Calhoun shrugged his shoulders almost up to his ears. He was a professional man. In his profession he was not incompetent. But there is no profession in which a really competent man tries to understand women. Calhoun annoyedly had to let fate or chance or disaster take care of Maril's personal problems. He had larger matters to cope with.
But he had something to work on, now. He hunted busily in the reference tapes. He came up with an explicit collection of information on exactly the subject he needed. He left the control-room to go down into the storage areas of the Med Ship's hull. He found an ultra-frigid storage box, whose contents were kept at the temperature of liquid air. He donned thick gloves, used a special set of tongs, and extracted a tiny block of plastic in which a sealed-tight phial of glass was embedded. It frosted instantly he took it out, and when the storage-box was closed again the block was covered with a thick and opaque coating of frozen moisture.
He went back to the control-room and pulled down the panel which made available a small-scale but surprisingly adequate biological laboratory. He set the plastic block in a container which would raise it very, very gradually to a specific temperature and hold it there. It was, obviously, a living culture from which any imaginable quantity of the same culture could be bred. Calhoun set the apparatus with great exactitude.

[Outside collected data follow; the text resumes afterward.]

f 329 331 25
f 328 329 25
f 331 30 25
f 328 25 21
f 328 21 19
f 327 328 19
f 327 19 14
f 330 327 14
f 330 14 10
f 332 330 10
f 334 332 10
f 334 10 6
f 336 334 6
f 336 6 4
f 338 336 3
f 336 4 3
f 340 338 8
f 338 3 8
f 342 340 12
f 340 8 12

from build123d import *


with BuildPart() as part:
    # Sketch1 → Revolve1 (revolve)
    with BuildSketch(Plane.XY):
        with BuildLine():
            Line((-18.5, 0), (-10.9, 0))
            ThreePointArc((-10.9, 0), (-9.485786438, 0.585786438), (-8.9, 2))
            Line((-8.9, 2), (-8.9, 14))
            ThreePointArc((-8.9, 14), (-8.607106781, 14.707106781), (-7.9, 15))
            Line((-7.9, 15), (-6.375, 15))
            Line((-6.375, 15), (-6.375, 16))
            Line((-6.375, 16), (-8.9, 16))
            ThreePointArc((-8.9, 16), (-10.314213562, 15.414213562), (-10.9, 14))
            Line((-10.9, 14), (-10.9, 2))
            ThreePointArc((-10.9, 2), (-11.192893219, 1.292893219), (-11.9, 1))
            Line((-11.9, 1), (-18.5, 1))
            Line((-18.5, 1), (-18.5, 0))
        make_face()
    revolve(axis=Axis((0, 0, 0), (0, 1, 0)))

"This," he told Murgatroyd, "may be a good day's work. Now I think I can rest."
Then, for a long while, there was no sound or movement in the Med Ship. The girl Maril may have slept, or maybe not. Calhoun lay relaxed in a chair which at the touch of a button became the most comfortable of sleeping-places. Murgatroyd remained in his cubbyhole, his tail curled over his nose. There were comforting, unheard, easily dismissable murmurings now and again. They kept the feeling of life alive in the ship. But for such infinitesimal stirrings of sound—carefully recorded for this exact purpose—the feel of the ship would have been that of a tomb.
But it was quite otherwise when another ship-day began with the taped sounds of morning activities as faint as echoes but nevertheless establishing an atmosphere of their own.
Calhoun examined the plastic block and its contents. He read the instruments which had cared for it while he slept. He put the block—no longer frosted—in the culture-microscope and saw its enclosed, infinitesimal particles of life in the process of multiplying on the food that had been frozen with them when they were reduced to the spore condition. He beamed. He replaced the block in the incubation oven and faced the day cheerfully.